* **Requirement**: Consider the listing below. Extract exactly the lines from the line containing "line L3 (-93.1347, 3.7782)" to the line containing "line L5 (-105.1347, 3.2782) -> (-140.1347, 3.2782)", both included.

* **Input for this task**:
● ● ● ● ●

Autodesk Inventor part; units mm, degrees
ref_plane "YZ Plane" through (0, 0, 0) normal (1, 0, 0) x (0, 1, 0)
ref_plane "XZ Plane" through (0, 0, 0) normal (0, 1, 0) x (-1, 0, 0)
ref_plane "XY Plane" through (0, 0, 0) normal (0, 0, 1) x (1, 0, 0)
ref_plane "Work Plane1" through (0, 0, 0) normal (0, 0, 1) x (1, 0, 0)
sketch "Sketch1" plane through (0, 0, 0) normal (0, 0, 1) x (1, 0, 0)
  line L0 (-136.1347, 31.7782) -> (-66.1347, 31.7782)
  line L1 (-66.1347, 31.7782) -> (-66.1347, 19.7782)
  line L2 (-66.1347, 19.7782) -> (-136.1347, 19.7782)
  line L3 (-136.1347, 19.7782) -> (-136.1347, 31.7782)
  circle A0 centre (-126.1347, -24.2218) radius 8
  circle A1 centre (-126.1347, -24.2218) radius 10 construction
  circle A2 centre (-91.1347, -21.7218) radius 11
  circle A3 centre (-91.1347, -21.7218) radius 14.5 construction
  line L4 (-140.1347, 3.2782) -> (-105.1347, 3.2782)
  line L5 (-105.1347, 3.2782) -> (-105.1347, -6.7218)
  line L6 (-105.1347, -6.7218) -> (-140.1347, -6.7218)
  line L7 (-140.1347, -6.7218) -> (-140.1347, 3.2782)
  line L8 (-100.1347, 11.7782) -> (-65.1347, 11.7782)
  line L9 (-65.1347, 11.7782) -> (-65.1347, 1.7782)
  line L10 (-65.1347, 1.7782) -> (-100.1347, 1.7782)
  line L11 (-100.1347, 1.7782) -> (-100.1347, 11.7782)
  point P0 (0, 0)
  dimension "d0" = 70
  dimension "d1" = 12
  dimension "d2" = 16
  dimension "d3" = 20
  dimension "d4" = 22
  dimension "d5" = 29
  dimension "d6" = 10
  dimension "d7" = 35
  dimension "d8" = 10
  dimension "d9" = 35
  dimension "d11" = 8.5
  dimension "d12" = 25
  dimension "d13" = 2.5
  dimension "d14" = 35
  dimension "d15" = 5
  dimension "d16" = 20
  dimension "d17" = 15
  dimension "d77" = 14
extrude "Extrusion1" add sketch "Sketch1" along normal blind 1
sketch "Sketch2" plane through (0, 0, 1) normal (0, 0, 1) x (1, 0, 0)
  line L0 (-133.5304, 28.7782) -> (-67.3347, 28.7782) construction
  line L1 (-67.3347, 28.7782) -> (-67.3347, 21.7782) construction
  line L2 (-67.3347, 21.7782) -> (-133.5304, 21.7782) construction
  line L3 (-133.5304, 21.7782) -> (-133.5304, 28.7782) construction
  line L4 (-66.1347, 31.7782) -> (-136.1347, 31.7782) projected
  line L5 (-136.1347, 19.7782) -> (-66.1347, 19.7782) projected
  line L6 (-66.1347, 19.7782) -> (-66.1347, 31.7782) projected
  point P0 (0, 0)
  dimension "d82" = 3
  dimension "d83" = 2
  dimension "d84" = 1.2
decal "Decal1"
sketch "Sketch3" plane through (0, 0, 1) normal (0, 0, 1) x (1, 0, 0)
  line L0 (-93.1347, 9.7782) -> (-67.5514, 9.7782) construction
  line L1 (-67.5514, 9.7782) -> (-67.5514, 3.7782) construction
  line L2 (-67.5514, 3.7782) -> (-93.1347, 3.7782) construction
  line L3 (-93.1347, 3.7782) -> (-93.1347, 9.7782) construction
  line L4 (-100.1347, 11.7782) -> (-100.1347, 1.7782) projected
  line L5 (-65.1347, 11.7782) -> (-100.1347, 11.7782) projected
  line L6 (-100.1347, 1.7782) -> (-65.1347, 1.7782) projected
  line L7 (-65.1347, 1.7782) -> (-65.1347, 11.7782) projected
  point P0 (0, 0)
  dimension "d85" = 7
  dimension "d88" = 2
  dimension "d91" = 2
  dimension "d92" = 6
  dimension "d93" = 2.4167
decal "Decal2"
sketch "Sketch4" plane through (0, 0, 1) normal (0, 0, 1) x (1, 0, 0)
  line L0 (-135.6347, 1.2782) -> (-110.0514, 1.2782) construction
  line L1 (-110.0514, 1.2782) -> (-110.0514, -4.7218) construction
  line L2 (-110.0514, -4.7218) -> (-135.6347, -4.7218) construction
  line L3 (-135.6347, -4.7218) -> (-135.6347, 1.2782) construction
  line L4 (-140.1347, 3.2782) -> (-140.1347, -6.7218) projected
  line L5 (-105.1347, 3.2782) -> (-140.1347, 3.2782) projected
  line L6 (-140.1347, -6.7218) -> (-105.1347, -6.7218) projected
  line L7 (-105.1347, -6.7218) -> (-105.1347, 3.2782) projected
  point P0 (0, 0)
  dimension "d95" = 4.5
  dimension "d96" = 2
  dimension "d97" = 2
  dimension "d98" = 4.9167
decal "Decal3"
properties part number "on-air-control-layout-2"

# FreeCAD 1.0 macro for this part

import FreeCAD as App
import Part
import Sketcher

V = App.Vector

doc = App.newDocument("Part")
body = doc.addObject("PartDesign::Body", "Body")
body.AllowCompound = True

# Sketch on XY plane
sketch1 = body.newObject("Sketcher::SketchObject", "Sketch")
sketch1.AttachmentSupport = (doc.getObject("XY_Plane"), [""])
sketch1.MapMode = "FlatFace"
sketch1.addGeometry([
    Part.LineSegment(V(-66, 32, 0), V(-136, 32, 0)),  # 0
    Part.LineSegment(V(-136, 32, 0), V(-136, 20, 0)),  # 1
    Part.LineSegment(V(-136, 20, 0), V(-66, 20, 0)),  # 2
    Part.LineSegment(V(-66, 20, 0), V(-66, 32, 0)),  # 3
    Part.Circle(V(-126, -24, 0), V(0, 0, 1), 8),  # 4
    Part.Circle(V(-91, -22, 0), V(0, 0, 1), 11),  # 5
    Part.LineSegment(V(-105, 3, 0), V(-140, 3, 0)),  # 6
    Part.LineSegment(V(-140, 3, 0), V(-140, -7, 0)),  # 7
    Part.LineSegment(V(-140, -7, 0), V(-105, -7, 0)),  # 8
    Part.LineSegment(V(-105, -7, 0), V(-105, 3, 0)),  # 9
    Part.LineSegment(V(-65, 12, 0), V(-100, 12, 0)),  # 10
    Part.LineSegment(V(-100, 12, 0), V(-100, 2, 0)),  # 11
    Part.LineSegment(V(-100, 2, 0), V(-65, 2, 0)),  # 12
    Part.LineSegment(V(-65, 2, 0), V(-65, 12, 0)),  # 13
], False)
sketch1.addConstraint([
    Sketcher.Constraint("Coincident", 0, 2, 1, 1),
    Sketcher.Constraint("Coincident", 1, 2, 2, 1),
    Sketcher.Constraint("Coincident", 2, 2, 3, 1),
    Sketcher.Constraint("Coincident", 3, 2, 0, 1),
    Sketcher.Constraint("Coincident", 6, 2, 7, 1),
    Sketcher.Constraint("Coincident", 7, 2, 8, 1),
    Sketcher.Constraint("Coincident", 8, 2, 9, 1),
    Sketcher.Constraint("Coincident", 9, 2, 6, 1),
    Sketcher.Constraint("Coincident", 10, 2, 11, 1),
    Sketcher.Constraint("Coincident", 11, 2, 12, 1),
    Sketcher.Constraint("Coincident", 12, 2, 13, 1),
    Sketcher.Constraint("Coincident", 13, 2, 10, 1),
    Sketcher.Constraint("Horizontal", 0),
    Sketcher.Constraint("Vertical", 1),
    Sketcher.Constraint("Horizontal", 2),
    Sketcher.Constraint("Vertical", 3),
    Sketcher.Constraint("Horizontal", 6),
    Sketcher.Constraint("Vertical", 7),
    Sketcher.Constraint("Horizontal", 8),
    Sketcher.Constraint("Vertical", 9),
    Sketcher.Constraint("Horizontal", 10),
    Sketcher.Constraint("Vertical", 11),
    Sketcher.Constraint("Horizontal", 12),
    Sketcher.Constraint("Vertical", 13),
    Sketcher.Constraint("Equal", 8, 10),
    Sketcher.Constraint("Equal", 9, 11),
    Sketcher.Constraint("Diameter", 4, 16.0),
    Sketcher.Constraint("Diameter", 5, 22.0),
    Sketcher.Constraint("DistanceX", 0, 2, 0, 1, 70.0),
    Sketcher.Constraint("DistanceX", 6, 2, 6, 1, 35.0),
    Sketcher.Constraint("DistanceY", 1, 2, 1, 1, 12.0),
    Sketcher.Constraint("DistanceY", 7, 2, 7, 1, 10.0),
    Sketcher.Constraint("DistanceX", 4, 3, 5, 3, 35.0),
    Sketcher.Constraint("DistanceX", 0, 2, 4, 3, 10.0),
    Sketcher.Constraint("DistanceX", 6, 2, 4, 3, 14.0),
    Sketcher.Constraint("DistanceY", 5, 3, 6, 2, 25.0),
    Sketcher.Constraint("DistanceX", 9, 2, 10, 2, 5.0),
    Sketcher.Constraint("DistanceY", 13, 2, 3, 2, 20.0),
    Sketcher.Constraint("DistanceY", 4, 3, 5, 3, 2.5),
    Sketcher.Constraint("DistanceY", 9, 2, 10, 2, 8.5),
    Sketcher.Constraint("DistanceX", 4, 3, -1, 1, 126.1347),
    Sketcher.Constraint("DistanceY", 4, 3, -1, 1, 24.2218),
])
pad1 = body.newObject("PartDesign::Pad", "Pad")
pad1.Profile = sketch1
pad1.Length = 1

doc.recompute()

● ● ● ● ●

* **Your response**:
  line L3 (-93.1347, 3.7782) -> (-93.1347, 9.7782) construction
  line L4 (-100.1347, 11.7782) -> (-100.1347, 1.7782) projected
  line L5 (-65.1347, 11.7782) -> (-100.1347, 11.7782) projected
  line L6 (-100.1347, 1.7782) -> (-65.1347, 1.7782) projected
  line L7 (-65.1347, 1.7782) -> (-65.1347, 11.7782) projected
  point P0 (0, 0)
  dimension "d85" = 7
  dimension "d88" = 2
  dimension "d91" = 2
  dimension "d92" = 6
  dimension "d93" = 2.4167
decal "Decal2"
sketch "Sketch4" plane through (0, 0, 1) normal (0, 0, 1) x (1, 0, 0)
  line L0 (-135.6347, 1.2782) -> (-110.0514, 1.2782) construction
  line L1 (-110.0514, 1.2782) -> (-110.0514, -4.7218) construction
  line L2 (-110.0514, -4.7218) -> (-135.6347, -4.7218) construction
  line L3 (-135.6347, -4.7218) -> (-135.6347, 1.2782) construction
  line L4 (-140.1347, 3.2782) -> (-140.1347, -6.7218) projected
  line L5 (-105.1347, 3.2782) -> (-140.1347, 3.2782) projected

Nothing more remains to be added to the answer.